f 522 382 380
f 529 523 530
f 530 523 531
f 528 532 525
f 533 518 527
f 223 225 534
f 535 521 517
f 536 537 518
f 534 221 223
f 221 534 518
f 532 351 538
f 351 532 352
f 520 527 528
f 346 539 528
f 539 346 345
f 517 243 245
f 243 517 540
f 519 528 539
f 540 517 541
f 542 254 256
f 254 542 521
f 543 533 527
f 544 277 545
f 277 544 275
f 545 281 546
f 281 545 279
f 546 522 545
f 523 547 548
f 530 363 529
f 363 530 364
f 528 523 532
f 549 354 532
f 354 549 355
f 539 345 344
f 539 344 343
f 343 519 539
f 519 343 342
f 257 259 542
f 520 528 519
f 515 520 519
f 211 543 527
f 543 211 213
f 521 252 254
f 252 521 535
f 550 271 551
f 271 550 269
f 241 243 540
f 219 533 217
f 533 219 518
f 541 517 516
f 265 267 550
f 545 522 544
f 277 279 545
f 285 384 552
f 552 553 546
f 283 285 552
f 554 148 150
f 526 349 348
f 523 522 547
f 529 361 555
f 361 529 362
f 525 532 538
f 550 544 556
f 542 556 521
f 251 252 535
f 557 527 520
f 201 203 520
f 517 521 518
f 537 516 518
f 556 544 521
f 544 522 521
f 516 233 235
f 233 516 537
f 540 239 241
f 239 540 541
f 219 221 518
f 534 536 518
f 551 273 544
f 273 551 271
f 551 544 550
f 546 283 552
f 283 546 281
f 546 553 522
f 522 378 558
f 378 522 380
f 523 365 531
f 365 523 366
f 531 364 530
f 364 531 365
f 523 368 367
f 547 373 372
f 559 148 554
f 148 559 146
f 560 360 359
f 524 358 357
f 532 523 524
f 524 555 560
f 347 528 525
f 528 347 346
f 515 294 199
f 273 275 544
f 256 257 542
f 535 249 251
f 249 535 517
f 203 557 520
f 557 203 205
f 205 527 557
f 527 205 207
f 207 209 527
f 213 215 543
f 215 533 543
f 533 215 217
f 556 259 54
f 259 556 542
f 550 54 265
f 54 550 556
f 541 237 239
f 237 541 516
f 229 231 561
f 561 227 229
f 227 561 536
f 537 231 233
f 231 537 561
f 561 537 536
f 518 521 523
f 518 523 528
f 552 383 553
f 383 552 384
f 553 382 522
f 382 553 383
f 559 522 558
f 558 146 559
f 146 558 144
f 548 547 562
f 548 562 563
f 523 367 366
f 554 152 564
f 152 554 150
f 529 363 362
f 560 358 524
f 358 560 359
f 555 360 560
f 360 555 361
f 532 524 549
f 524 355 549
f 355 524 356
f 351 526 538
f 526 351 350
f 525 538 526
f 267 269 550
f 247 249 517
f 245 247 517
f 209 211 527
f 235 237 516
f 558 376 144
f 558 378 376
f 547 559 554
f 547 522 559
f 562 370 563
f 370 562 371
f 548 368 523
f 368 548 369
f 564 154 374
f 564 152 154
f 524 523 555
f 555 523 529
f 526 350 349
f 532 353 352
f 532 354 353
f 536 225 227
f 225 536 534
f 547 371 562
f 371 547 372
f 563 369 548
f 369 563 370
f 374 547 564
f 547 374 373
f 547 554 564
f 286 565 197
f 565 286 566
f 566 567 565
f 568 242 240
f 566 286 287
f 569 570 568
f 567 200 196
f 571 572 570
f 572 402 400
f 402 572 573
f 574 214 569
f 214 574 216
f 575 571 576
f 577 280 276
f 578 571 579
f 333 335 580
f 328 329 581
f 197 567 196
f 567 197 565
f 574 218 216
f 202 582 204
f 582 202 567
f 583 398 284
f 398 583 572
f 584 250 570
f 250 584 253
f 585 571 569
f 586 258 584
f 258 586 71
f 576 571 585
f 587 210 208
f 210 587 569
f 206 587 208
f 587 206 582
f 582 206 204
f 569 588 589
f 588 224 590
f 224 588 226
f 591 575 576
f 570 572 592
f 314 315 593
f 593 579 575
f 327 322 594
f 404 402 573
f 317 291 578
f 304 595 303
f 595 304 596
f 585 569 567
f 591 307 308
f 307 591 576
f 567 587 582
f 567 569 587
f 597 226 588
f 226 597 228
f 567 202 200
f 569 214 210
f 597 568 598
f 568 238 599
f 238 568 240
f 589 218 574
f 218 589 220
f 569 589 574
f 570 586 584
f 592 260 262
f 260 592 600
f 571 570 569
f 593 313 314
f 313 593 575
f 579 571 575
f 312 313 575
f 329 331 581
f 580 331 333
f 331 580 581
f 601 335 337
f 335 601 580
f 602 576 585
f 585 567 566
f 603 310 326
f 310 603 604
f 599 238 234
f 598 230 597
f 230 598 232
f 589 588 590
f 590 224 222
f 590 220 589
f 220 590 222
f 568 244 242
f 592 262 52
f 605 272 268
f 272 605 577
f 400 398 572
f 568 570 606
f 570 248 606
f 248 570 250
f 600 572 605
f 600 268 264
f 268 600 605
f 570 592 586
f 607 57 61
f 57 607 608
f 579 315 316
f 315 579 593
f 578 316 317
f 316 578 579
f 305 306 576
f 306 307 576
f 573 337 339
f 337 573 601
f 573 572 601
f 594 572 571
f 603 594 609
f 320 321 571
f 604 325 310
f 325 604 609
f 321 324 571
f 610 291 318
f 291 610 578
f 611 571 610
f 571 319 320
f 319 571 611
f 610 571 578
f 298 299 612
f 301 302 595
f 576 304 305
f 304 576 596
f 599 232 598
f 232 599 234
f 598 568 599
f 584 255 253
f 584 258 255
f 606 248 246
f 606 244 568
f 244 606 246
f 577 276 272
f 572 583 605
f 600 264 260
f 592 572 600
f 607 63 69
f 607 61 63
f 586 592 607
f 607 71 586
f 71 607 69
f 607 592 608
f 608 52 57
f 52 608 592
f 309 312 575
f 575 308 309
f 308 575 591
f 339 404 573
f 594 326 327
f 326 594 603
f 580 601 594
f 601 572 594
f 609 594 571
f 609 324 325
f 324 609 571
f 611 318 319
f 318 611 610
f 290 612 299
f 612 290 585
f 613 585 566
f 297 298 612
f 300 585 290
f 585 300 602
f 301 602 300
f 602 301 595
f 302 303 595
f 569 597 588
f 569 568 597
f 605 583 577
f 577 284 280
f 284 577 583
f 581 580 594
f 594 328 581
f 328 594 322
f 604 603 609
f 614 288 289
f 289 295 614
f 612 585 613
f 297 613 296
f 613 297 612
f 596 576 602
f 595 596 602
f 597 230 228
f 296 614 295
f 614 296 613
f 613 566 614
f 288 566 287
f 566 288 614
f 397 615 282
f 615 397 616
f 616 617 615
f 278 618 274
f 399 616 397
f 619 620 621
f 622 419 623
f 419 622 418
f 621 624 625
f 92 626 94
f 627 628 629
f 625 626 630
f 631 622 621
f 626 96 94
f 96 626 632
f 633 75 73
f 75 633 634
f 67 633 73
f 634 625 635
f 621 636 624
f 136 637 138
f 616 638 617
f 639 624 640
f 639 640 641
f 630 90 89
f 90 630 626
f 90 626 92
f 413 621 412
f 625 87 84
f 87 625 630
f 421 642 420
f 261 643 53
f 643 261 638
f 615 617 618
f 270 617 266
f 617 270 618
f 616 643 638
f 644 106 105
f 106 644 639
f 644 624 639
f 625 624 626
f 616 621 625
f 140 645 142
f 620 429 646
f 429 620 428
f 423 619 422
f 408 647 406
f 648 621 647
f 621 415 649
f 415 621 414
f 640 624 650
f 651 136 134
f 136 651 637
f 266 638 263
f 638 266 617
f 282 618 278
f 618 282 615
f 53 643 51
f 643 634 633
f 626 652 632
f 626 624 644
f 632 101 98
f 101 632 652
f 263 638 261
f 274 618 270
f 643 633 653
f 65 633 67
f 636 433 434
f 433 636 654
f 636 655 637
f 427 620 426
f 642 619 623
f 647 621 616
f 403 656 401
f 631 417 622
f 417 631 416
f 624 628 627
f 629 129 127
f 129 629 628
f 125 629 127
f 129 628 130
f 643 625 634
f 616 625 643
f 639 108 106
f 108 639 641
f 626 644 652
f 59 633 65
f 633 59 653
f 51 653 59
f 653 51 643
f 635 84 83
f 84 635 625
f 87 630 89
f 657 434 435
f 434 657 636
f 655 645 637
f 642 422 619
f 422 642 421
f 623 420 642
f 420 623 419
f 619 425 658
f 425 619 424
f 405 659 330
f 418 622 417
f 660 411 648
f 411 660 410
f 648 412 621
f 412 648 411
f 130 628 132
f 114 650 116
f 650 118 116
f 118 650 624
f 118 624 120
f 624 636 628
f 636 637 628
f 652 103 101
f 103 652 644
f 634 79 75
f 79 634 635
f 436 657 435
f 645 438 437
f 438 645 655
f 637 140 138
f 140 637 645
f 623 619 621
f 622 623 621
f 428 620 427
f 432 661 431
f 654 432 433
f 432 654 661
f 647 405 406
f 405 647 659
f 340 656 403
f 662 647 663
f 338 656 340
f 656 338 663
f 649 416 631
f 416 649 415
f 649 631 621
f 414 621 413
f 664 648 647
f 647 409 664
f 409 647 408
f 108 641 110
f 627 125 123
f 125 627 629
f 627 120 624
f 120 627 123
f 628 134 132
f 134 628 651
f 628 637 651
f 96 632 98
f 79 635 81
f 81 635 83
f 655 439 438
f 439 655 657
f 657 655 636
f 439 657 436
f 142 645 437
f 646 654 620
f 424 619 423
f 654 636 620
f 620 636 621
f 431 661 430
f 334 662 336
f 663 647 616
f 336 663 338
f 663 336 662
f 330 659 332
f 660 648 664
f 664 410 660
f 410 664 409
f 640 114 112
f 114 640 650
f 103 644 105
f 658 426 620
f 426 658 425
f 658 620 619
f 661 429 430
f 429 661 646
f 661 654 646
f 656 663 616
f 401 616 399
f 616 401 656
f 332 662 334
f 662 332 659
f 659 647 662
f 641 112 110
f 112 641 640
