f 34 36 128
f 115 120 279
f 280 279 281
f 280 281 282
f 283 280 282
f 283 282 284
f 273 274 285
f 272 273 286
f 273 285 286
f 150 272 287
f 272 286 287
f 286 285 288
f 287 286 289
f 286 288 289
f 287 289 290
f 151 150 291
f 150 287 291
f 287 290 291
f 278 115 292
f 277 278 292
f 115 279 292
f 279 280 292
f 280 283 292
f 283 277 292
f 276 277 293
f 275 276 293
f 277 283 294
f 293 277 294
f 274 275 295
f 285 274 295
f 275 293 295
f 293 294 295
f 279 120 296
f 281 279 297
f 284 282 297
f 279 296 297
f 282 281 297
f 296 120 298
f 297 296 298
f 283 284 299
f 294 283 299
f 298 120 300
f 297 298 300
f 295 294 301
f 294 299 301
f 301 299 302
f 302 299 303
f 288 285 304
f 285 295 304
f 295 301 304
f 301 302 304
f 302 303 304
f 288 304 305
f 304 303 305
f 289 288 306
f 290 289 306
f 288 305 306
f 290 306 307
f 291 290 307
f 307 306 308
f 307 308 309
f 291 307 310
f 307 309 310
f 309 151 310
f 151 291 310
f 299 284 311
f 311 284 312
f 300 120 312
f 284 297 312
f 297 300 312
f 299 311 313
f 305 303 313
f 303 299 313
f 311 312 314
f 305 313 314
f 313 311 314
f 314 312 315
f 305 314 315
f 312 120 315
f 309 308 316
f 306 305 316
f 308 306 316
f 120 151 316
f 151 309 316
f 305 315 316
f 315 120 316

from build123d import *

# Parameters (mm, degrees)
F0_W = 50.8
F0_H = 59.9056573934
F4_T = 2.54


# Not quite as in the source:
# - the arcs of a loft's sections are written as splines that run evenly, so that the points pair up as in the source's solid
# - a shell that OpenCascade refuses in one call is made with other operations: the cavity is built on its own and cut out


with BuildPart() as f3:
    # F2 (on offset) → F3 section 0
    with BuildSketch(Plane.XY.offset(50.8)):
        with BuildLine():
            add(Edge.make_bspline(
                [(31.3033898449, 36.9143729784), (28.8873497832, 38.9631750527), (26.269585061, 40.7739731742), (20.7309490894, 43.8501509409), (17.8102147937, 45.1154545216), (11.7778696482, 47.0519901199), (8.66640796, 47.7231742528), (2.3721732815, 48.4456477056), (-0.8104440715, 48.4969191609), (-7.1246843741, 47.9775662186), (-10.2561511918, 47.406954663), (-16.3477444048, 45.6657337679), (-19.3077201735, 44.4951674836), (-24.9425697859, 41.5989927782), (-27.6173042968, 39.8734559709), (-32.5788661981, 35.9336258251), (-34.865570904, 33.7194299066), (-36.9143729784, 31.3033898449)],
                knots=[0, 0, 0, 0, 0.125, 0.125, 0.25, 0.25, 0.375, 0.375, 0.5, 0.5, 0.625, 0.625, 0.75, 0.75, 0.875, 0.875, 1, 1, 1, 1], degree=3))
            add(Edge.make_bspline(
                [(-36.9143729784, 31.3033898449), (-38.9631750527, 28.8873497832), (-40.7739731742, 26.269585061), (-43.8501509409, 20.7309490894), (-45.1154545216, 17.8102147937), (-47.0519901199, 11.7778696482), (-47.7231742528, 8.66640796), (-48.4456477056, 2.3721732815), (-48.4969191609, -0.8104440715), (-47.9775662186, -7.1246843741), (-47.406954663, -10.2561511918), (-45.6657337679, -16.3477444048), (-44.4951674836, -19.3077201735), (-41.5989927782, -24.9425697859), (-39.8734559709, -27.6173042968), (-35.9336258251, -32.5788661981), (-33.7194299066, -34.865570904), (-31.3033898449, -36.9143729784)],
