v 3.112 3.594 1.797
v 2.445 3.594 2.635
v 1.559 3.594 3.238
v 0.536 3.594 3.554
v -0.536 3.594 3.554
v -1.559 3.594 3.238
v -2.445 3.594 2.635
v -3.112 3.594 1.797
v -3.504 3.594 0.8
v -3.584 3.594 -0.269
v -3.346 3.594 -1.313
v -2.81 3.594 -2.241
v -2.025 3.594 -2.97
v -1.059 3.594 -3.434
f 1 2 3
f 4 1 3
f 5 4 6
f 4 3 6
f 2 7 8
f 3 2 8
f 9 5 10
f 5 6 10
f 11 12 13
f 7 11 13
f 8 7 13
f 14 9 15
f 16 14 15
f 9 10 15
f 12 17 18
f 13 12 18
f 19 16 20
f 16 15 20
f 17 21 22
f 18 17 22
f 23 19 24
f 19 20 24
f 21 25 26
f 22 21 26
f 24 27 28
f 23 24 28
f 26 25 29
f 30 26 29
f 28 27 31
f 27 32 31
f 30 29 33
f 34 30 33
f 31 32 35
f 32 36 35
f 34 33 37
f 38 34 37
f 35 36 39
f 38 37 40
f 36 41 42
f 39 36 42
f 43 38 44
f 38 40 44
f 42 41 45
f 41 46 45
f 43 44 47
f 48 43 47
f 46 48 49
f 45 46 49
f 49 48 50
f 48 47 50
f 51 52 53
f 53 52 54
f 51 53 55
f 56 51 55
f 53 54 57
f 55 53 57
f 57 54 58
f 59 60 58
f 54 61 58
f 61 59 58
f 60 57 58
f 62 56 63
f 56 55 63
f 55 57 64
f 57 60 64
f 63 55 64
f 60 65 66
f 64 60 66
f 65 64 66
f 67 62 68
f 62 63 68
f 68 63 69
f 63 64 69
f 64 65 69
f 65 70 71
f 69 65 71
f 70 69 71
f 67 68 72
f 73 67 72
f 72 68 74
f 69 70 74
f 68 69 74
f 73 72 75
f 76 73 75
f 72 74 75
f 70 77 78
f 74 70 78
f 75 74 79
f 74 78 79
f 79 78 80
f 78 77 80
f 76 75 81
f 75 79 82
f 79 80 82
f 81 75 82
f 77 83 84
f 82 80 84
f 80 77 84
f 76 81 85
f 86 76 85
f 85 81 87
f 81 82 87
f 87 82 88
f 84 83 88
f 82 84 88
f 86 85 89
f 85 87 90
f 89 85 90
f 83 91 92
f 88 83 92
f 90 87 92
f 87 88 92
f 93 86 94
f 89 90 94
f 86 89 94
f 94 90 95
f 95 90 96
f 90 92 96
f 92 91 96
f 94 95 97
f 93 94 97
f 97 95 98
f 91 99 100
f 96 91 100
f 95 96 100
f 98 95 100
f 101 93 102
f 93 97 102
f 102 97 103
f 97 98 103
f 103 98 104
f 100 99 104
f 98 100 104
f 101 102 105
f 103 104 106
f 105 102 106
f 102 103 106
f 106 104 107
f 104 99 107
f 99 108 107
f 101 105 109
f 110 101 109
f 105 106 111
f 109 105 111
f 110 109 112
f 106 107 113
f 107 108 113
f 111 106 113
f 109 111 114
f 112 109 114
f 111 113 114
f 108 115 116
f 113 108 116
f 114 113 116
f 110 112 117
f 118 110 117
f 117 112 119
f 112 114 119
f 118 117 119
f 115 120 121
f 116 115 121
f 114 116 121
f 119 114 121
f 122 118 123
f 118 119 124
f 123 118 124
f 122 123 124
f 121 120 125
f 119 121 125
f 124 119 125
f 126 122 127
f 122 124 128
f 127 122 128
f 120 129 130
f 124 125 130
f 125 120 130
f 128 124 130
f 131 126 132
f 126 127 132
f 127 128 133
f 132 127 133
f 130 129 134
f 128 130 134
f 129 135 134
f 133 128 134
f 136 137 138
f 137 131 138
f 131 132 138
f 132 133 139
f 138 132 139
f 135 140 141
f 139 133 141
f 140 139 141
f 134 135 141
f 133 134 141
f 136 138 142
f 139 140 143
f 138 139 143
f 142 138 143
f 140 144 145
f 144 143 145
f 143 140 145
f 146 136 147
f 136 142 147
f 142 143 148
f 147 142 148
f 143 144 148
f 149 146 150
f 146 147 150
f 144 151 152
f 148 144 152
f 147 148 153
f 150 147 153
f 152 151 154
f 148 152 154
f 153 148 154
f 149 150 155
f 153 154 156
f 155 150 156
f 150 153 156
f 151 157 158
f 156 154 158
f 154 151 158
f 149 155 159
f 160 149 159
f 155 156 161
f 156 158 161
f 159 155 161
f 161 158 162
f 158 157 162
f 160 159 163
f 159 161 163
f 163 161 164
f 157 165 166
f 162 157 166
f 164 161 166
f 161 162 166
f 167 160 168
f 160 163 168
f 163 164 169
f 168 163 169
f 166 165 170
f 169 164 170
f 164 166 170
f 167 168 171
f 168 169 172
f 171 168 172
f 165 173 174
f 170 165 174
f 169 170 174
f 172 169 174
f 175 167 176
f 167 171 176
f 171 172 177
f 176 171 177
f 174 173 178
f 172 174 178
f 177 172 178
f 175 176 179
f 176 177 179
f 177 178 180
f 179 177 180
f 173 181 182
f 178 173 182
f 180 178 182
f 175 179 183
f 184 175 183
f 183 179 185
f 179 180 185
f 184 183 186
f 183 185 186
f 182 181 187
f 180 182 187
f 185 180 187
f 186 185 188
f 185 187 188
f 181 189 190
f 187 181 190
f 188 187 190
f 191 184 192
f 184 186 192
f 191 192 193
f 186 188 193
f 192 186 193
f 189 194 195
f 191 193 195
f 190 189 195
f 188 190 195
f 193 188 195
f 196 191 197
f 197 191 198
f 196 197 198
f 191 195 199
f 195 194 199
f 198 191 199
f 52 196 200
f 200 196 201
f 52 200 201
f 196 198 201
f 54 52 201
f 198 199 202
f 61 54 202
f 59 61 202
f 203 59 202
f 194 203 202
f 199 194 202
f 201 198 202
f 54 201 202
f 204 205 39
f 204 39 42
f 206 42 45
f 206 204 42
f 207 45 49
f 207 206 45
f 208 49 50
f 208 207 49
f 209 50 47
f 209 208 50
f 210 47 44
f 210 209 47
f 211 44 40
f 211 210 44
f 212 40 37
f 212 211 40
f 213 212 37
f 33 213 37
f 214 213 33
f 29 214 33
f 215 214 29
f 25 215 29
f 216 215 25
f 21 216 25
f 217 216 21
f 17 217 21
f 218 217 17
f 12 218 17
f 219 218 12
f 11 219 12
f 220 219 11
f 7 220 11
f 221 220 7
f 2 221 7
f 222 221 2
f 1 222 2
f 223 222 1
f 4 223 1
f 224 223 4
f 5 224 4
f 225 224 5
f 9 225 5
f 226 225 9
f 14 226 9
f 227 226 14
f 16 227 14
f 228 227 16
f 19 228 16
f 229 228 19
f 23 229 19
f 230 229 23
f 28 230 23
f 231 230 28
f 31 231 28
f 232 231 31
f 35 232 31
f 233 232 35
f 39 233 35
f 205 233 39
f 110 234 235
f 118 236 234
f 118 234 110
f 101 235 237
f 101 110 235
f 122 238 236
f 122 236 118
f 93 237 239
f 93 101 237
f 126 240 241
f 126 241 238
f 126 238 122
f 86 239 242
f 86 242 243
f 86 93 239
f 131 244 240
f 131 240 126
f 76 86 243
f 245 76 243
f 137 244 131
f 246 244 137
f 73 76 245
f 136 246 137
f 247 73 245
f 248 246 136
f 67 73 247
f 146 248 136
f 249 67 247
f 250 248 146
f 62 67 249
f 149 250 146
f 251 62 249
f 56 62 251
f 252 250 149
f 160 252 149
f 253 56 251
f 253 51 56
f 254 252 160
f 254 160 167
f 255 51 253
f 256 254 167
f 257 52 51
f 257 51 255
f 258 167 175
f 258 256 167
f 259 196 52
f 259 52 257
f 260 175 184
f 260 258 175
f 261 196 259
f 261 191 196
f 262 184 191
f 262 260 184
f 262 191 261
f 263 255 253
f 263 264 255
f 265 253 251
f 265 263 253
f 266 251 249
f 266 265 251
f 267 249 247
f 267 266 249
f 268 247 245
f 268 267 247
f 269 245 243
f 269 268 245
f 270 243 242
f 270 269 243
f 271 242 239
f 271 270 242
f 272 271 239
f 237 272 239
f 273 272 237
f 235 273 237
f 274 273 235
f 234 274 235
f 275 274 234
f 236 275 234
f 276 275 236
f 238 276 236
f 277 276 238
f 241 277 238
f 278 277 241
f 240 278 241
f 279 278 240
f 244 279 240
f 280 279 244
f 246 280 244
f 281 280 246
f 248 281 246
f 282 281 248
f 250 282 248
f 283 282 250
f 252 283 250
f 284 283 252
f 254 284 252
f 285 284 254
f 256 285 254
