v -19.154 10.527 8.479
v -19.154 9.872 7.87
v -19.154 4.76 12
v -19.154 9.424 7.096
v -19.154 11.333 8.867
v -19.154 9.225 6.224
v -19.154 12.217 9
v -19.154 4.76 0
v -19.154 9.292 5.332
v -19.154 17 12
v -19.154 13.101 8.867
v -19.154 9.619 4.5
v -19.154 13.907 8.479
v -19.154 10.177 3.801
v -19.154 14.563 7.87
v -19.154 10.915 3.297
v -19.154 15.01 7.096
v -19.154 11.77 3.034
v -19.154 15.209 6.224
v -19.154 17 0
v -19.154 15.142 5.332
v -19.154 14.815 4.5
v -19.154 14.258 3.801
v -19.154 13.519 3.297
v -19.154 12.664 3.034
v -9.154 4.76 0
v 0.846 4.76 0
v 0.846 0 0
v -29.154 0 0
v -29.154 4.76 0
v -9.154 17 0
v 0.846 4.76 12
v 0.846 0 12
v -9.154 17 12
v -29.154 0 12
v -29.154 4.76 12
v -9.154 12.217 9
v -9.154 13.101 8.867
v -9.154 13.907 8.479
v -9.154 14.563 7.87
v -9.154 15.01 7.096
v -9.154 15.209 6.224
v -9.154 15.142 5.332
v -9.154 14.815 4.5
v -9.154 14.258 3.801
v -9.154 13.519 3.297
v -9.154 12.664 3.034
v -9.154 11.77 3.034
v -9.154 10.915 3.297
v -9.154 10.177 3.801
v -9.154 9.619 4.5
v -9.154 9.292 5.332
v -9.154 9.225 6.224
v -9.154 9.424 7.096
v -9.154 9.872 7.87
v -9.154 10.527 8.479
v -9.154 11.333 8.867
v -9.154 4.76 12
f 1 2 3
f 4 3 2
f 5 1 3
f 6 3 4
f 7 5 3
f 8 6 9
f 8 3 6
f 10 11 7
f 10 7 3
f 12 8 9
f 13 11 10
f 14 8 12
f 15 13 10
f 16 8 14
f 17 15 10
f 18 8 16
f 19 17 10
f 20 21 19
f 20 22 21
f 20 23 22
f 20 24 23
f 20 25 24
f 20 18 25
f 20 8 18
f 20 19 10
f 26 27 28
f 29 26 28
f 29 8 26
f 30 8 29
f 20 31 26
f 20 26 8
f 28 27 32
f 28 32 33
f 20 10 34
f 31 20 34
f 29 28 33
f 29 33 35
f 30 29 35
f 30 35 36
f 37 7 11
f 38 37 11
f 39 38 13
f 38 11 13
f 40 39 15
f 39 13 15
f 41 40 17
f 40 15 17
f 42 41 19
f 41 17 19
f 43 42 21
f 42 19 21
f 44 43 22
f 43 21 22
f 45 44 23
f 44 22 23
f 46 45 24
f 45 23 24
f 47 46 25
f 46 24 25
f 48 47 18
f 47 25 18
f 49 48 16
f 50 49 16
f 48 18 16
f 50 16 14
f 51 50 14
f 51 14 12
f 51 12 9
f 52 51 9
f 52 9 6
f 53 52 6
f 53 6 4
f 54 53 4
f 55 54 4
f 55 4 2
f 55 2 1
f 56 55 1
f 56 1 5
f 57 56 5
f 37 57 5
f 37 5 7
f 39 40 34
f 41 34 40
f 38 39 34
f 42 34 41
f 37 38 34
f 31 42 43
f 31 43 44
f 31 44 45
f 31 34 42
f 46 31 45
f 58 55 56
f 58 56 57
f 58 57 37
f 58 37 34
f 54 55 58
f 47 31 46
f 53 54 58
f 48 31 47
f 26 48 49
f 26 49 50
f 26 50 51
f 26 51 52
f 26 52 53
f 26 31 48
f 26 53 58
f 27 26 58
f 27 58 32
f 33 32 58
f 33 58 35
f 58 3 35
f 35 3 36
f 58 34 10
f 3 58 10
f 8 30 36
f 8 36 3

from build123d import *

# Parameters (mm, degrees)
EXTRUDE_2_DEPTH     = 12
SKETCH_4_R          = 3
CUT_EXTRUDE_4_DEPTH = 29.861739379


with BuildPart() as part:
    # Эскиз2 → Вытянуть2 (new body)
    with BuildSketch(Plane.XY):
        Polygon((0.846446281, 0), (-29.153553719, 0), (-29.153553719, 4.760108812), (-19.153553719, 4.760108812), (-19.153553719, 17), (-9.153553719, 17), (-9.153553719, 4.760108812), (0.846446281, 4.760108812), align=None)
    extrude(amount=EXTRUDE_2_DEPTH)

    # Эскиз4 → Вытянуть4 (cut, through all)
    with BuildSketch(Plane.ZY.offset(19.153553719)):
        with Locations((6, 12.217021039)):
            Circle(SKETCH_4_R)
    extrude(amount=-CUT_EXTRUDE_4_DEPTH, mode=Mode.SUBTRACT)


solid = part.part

______

### WHAT THIS TASK INVOLVES:
Sift through the entries and copy every line with "source".

### WRITTEN SOLUTION:
# Not quite as in the source:
# - the arcs of a loft's sections are written as splines that run evenly, so that the points pair up as in the source's solid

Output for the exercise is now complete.